# Solved: XCopy folders & files from desktop to USB drive



## jmbau (Nov 18, 2008)

I'm having great trouble writing a batch file to help my elderly father.

Currently it is like this:



> echo copying books from desktop to Daisy card
> del /S /Q "L:\$VRDTB\*.*"
> RD /s /q "L:\$VRDTB"
> MD "L:\$VRDTB"
> xcopy "C:\Documents and settings\Users\Bill\Desktop\Vision Australia Downloads\*" L:\$VRDTB /s /i /w /c


It removes the $VRDTB folder OK, and then creates a new one (this seemed to be the simplest way of getting an empty folder with the right name).
But it just doesn't copy anything from the folder on the desktop to L drive.

I am running Windows 7. He is running Windows XP.

I'm still trying to get it working: have used XCopy before, but this time I have tried multiple combinations, tested and researched and searched but I simply cannot get it right.

Can anyone tell me where I'm going wrong?

Background: He downloads talking book files and needs to be able to move them onto a card in a USB drive, so as to be able to listen to them with his Daisy device. (As he's vision challenged, doing it himself is quite difficult). The source path, the directory names and the locations are set and I cannot change them.

Source is a folder on his desktop named 'Vision Australia Downloads'. New books are downloaded into this folder as individual folders with a variable name (say, Janice Joplin) containing a bunch of files for the book. The number of these and titles vary.

Destination is L:\$VRDTB (USB slot, and yes the folder has a $ sign as the first character). When he inserts the card into L:, there will be subdirectories under $VRDTB - previous books that need to be removed. Again, number and titles vary.


----------



## foxidrive (Oct 20, 2012)

This should work, but is untested.
The RD /s/q will remove all files and folders.
Xcopy will create the folder by itself.

USB drives can change drive letter so this will detect the existing USB drive by having "\$VRDTB" in the root of the drive. Perhaps that is why your effort failed - the pause at the end will let you see any error messages in case it fails.

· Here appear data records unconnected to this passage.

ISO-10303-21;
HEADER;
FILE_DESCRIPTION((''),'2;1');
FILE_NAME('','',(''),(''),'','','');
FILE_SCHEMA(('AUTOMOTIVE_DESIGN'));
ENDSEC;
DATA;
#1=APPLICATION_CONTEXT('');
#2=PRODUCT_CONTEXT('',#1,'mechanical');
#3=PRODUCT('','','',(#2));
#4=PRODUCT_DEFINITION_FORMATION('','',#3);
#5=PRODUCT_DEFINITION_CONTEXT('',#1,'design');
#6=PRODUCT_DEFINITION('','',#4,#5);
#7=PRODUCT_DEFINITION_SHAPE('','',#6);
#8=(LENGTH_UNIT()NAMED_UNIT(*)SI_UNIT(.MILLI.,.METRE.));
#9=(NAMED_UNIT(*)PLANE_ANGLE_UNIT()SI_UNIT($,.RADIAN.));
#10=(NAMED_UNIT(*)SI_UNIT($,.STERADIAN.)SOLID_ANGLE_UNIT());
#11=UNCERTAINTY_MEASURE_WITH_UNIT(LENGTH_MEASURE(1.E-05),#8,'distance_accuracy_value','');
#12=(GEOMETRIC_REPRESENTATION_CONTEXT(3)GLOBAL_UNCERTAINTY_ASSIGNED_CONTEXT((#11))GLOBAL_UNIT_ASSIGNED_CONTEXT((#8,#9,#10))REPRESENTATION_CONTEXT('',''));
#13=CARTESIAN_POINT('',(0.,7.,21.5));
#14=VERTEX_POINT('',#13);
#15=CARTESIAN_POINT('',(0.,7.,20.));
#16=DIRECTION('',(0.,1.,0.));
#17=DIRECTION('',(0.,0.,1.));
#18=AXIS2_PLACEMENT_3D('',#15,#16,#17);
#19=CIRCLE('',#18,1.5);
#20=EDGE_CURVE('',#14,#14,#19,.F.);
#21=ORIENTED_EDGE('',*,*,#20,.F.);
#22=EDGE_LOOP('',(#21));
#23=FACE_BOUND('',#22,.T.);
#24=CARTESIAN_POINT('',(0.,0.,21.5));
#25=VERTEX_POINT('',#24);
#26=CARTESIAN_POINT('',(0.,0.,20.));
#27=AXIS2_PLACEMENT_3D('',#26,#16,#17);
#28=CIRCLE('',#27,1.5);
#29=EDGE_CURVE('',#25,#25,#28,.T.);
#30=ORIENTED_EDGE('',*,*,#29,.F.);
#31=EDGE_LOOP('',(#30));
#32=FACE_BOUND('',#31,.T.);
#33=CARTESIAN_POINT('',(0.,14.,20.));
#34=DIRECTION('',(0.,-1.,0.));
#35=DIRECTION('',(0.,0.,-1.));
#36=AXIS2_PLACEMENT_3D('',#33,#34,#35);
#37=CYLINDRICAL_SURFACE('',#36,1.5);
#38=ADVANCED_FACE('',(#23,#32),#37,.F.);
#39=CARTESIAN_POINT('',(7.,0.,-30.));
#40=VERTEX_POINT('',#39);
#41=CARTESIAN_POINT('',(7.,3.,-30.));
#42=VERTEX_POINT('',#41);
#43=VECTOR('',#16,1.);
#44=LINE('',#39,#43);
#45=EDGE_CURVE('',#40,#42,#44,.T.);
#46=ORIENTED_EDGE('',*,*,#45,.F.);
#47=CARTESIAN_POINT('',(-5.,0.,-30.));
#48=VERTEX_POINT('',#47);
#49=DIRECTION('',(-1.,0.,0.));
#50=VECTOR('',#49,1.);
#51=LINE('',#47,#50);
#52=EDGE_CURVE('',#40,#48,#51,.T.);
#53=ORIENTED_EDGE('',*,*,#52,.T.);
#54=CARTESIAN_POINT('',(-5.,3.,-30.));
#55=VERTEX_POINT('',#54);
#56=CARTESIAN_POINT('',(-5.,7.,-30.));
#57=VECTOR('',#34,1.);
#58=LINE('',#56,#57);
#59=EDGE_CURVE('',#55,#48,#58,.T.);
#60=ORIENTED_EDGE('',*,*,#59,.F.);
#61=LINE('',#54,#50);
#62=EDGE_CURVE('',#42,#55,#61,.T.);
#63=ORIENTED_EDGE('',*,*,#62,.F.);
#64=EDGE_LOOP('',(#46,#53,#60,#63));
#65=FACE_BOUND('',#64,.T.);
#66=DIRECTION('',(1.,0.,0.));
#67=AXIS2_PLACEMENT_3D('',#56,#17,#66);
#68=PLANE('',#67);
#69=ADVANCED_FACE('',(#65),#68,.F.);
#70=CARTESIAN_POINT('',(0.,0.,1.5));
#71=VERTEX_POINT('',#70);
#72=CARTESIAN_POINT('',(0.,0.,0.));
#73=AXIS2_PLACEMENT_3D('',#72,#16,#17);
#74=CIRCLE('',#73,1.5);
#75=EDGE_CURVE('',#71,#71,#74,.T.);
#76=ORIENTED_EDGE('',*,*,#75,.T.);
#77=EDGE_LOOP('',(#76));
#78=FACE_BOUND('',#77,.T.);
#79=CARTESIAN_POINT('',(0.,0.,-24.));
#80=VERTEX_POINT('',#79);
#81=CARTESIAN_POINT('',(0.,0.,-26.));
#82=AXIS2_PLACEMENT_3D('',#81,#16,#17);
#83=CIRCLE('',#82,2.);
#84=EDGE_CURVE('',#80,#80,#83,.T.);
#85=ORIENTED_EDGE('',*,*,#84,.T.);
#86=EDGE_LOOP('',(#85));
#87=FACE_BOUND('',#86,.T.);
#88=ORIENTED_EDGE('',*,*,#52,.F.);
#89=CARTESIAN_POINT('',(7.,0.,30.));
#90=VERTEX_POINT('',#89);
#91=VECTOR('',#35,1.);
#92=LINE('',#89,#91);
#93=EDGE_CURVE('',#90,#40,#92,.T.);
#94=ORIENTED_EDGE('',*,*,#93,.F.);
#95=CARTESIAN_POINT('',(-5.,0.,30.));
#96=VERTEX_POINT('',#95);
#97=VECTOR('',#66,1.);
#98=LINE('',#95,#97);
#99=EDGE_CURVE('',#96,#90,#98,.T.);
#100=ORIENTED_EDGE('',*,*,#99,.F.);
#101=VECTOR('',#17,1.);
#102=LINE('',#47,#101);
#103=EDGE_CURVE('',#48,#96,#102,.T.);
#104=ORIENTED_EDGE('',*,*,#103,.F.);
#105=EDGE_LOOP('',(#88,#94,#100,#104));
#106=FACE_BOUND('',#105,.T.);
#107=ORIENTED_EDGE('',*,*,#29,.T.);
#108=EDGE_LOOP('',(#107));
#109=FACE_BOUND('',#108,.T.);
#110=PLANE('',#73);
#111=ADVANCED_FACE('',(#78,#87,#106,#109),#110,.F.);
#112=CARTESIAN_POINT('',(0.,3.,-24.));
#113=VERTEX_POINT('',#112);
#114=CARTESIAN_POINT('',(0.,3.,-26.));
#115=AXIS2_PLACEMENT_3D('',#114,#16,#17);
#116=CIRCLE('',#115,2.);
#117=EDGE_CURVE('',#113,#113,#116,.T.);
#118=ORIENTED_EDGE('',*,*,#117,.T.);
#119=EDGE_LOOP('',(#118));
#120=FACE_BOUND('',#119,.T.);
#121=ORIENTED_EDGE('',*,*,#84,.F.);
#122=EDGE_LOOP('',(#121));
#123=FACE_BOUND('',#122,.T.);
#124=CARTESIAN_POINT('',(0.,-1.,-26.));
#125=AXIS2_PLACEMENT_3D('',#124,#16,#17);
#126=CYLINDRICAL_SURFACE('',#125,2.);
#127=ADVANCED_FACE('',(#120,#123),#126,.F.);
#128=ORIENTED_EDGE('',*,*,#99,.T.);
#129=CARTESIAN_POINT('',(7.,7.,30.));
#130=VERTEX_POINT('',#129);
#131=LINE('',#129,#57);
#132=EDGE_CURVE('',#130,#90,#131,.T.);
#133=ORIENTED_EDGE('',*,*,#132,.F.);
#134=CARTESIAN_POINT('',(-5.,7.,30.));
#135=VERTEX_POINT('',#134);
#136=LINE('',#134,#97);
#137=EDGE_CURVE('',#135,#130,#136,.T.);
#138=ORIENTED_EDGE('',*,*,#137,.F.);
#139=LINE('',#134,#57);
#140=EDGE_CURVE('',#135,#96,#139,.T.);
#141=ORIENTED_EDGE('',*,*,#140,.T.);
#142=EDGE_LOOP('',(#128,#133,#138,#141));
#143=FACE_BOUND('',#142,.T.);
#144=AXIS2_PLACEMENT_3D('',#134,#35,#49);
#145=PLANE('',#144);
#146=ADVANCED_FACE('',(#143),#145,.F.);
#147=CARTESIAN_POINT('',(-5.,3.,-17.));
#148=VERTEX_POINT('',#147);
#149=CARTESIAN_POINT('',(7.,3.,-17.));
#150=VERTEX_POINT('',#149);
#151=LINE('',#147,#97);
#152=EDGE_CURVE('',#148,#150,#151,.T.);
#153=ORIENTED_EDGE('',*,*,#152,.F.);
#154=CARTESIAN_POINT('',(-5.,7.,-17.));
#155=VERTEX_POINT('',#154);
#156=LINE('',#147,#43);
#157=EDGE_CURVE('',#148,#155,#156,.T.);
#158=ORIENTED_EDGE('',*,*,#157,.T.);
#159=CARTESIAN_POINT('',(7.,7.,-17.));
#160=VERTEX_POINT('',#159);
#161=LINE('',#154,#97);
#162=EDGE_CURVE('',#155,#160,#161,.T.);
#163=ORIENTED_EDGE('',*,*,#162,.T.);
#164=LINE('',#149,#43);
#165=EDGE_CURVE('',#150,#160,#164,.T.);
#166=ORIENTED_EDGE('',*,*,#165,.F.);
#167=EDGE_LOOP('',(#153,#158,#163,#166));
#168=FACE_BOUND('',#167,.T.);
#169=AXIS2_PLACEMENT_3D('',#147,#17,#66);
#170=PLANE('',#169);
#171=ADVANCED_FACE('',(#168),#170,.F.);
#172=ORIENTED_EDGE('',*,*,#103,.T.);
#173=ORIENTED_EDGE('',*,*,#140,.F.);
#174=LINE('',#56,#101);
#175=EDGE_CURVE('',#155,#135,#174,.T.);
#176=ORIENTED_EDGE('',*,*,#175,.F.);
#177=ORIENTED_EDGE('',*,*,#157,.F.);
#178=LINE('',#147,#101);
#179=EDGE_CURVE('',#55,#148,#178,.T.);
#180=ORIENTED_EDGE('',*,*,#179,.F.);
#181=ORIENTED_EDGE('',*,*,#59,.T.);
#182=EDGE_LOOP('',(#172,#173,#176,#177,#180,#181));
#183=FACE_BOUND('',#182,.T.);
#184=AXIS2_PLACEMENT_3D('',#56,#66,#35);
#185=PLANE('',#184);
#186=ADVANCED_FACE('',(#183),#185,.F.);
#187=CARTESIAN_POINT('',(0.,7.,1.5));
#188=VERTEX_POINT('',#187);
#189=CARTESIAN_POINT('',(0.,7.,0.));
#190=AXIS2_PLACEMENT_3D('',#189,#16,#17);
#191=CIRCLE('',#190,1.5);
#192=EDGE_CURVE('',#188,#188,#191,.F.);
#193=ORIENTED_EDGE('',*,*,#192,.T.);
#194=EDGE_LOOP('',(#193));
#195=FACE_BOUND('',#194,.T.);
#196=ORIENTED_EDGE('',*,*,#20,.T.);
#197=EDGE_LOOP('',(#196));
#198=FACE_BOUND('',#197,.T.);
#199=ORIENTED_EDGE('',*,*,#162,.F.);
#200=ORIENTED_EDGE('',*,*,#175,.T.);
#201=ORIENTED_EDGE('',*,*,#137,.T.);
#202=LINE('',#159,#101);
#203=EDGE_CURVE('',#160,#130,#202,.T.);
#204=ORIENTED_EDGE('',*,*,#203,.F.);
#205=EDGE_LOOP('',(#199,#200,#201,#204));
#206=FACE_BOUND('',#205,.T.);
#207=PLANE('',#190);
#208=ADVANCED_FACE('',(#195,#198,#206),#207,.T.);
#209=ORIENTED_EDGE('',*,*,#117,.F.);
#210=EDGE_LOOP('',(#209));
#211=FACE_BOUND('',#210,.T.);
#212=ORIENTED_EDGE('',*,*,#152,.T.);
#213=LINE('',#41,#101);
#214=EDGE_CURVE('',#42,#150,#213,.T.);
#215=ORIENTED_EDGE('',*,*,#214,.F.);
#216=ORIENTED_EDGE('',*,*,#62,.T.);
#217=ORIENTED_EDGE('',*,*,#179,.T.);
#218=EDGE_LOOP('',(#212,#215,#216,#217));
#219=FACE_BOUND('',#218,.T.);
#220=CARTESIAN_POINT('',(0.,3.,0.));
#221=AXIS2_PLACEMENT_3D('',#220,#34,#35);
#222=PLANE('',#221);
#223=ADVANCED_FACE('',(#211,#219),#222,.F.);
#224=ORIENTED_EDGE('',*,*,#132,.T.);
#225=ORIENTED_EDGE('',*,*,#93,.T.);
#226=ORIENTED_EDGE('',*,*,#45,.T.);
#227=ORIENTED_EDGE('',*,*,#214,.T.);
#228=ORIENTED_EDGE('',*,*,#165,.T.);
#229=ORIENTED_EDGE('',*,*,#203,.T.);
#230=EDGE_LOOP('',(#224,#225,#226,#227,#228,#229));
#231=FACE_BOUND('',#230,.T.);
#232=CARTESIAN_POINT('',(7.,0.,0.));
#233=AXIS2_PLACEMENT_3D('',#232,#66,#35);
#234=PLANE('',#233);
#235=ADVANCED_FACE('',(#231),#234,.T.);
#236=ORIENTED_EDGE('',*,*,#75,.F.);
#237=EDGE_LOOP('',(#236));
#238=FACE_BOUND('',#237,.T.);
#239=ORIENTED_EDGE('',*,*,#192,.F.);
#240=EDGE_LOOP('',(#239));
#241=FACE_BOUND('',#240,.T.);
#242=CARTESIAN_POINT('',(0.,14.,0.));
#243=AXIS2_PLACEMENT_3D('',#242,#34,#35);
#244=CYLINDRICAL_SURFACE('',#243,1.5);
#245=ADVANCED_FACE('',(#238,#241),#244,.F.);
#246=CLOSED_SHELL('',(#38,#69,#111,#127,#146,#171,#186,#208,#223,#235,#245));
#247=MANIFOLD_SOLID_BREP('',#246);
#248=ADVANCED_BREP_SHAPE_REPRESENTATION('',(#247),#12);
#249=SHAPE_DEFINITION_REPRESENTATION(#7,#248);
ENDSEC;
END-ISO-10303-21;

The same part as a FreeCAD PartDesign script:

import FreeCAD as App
import Part
import Sketcher
from FreeCAD import Vector
Q = App.Units.Quantity

doc = App.newDocument("Part")
params = doc.addObject("Spreadsheet::Sheet", "Params")
for row, (alias, value) in enumerate([
    ("sketch1_width", "10 mm"),
    ("sketch1_height", "60 mm"),
    ("pad1_length", "7 mm"),
    ("sketch2_width", "10 mm"),
    ("sketch2_height", "13 mm"),
    ("pocket1_length", "4 mm"),
    ("sketch3_diameter", "4 mm"),
    ("pocket2_length", "4 mm"),
    ("sketch4_diameter", "3 mm"),
    ("pocket3_length", "14 mm"),
    ("sketch5_width", "7 mm"),
    ("sketch5_width2", "3 mm"),
    ("sketch5_height", "60 mm"),
    ("sketch5_height2", "13 mm"),
    ("pad2_length", "2 mm"),
], start=1):
    params.set(f"A{row}", alias)
    params.set(f"B{row}", "=" + value)
    params.setAlias(f"B{row}", alias)

body = doc.addObject("PartDesign::Body", "Body")

# Sketch on XZ plane
sketch1 = doc.addObject("Sketcher::SketchObject", "Sketch")
body.addObject(sketch1)
sketch1.AttachmentSupport = (doc.XZ_Plane, [""])
sketch1.MapMode = "FlatFace"
sketch1.addGeometry([
    Part.LineSegment(Vector(-5, -30, 0), Vector(-5, 30, 0)),
    Part.LineSegment(Vector(-5, 30, 0), Vector(5, 30, 0)),
    Part.LineSegment(Vector(5, 30, 0), Vector(5, -30, 0)),
    Part.LineSegment(Vector(5, -30, 0), Vector(-5, -30, 0)),
], False)
sketch1.addConstraint([
    Sketcher.Constraint("Coincident", 0, 2, 1, 1),
    Sketcher.Constraint("Coincident", 1, 2, 2, 1),
    Sketcher.Constraint("Coincident", 2, 2, 3, 1),
    Sketcher.Constraint("Coincident", 3, 2, 0, 1),
    Sketcher.Constraint("Vertical", 0),
    Sketcher.Constraint("Horizontal", 1),
    Sketcher.Constraint("Vertical", 2),
    Sketcher.Constraint("Horizontal", 3),
    Sketcher.Constraint("Symmetric", 0, 2, 2, 2, -1, 1),
    Sketcher.Constraint("DistanceX", 1, 1, 1, 2, Q("10 mm")),
    Sketcher.Constraint("DistanceY", 0, 1, 0, 2, Q("60 mm")),
])
sketch1.setExpression("Constraints[9]", "Params.sketch1_width")
sketch1.setExpression("Constraints[10]", "Params.sketch1_height")
pad1 = doc.addObject("PartDesign::Pad", "Pad")
body.addObject(pad1)
pad1.Profile = sketch1
pad1.setExpression("Length", "Params.pad1_length")
pad1.Reversed = True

If it doesn't copy the files then double check the source path.


```
@echo off
set "USBDRV="
for %%a in (d e f g h i j k l m n o p q r s t u v w x y z) do (
if exist "%%a:\$VRDTB\" set USBDRV=%%a
)
if not defined USBDRV echo THE USB DRIVE WASN'T FOUND & pause&goto :EOF
echo copying books from desktop to Daisy card
RD /s /q "%USBDRV%:\$VRDTB"
xcopy "C:\Documents and settings\Users\Bill\Desktop\Vision Australia Downloads\*" "%USBDRV%:\$VRDTB\" /s /c 
pause
```


----------



## jmbau (Nov 18, 2008)

Thanks for the offer, but that didn't work. This made it treat the USB card/drive as a CD, so something threw up an error message saying there wasn't a disk in the device (whether or not the USB stick was or not). And I continued wiped out ALL files from the USB stick (which I don't want - other folders there have to stay) but didn't copy across any of the new ones. Not quite what I wanted.

But it did point me in the direction of the source path. You're right, it was wrong. I've now got it working on my set up with this code:



> echo copying books from desktop to Daisy card
> del /S /Q "L:\$VRDTB\*.*"
> RD /s /q "L:\$VRDTB"
> MD "L:\$VRDTB"
> xcopy "C:\Users\jane\Desktop\Vision Australia Downloads" L:\$VRDTB /s /i /w /c


I'll try it on his when I'm next there.

I like the idea of having the USB drive detected but can't get it working from this. But appreciate the help.


----------



## foxidrive (Oct 20, 2012)

jmbau said:


> Thanks for the offer, but that didn't work. This made it treat the USB card/drive as a CD, so something threw up an error message saying there wasn't a disk in the device (whether or not the USB stick was or not). And I continued wiped out ALL files from the USB stick (which I don't want - other folders there have to stay) but didn't copy across any of the new ones. Not quite what I wanted.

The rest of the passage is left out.